Fervent défenseur d'une sortie de l'Europe, le porte-parole de Jean-Luc Mélenchon reproche au candidat socialiste, sa promiscuité avec les institutions européennes.

"Tout flatteur vit aux dépens de celui qui l'écoute", a-t-il répondu sur BFMTV, en citant La Fontaine. "Je ne quitte pas le PS mais donner mon parrainage à Hamon serait incompréhensible pour les Français", a précisé le théoricien des " deux gauches irréconciliables", brandissant sa " sincérité " comme principal argument.

Car désormais, Benoît Hamon prône le "Made in France" et n'exclut pas des nationalisations dans le programme qu'il dévoile ce jeudi, intégrant quelques propositions de ses anciens adversaires de la primaire organisée par le PS. Ainsi entend-il réserver 50% des marchés publics aux petites et moyennes entreprises françaises, "une mesure qui fait véritablement de la commande publique un levier à partir duquel nous pourrons stimuler le tissu économique local", a-t-il expliqué dans les colonnes du Parisien.

L'agonie s'est aggravée depuis le choix de Benoit Hamon comme candidat à la présidentielle.
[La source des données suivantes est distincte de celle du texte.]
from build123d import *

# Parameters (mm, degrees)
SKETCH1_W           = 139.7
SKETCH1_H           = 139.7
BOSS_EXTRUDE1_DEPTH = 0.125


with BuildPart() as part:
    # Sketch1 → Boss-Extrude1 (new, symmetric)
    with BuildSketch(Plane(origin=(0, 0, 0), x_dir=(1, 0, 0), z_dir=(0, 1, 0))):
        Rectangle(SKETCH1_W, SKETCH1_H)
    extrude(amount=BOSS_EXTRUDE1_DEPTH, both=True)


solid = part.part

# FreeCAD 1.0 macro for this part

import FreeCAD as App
import Part
import Sketcher
Q = App.Units.Quantity


def add_polygon(sketch, points):
    """Adds a closed chain of lines whose ends are joined by coincident constraints."""
    first, n = sketch.GeometryCount, len(points)
    for a, b in zip(points, points[1:] + points[:1]):
        sketch.addGeometry(Part.LineSegment(App.Vector(*a, 0), App.Vector(*b, 0)), False)
    for i in range(n):
        sketch.addConstraint(Sketcher.Constraint("Coincident", first + i, 2, first + (i + 1) % n, 1))

doc = App.newDocument("Part")
params = doc.addObject("Spreadsheet::Sheet", "Params")
for row, (alias, value) in enumerate([
    ("sketch1_width", "5.5 in"),
    ("pad1_length", "0.25 mm"),
], start=1):
    params.set(f"A{row}", alias)
    params.set(f"B{row}", "=" + value)
    params.setAlias(f"B{row}", alias)

body = doc.addObject("PartDesign::Body", "Body")

# Sketch on XZ plane
sketch1 = body.newObject("Sketcher::SketchObject", "Sketch")
sketch1.AttachmentSupport = (doc.getObject("XZ_Plane"), [""])
sketch1.MapMode = "FlatFace"
add_polygon(sketch1, [(-70, -70), (-70, 70), (70, 70), (70, -70)])  # lines 0-3
sketch1.addConstraint([
    Sketcher.Constraint("Vertical", 0),
    Sketcher.Constraint("Horizontal", 1),
    Sketcher.Constraint("Vertical", 2),
    Sketcher.Constraint("Horizontal", 3),
    Sketcher.Constraint("Symmetric", 0, 2, 2, 2, -1, 1),
    Sketcher.Constraint("Equal", 3, 0),
    Sketcher.Constraint("DistanceX", 1, 1, 1, 2, Q("5.5 in")),
])
sketch1.setExpression("Constraints[10]", "Params.sketch1_width")
pad1 = body.newObject("PartDesign::Pad", "Pad")
pad1.Profile = sketch1
pad1.setExpression("Length", "Params.pad1_length")
pad1.Midplane = True

doc.recompute()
"Pour moi, la politique, c'est accepter de discuter avec des gens qui ne sont pas totalement d'accord avec vous, dès lors qu'on partage des valeurs communes, c'est ça le Parti socialiste et je regrette vivement qu'aujourd'hui certains prennent des risques sur l'avenir du parti en jouant sans doute des positions personnelles, en tout cas en ne respectant pas les règles", a encore lancé Mme Aubry. "Jusqu'au revirement de mardi soir, qui arrive après les défections de nombreux socialistes (Claude Bartolone et Bertrand Delanoë, par exemple, soutiennent officiellement Macron depuis peu)". Distancé dans les sondages par Marine Le Pen, Emmanuel Macron et François Fillon, Benoît Hamon aborde une séquence cruciale de sa campagne qui peine à décoller, entre les discussions d'arrière-boutique pour rassembler son camp et le retentissement de l'affaire Fillon.

Le procès en déloyauté? "Nous en avons besoin, nous sommes devant le mur de l'histoire", a continué l'ancien ministre de François Hollande. Quand les autres se contentent de répondre qu'ils n'ont "rien à rajouter".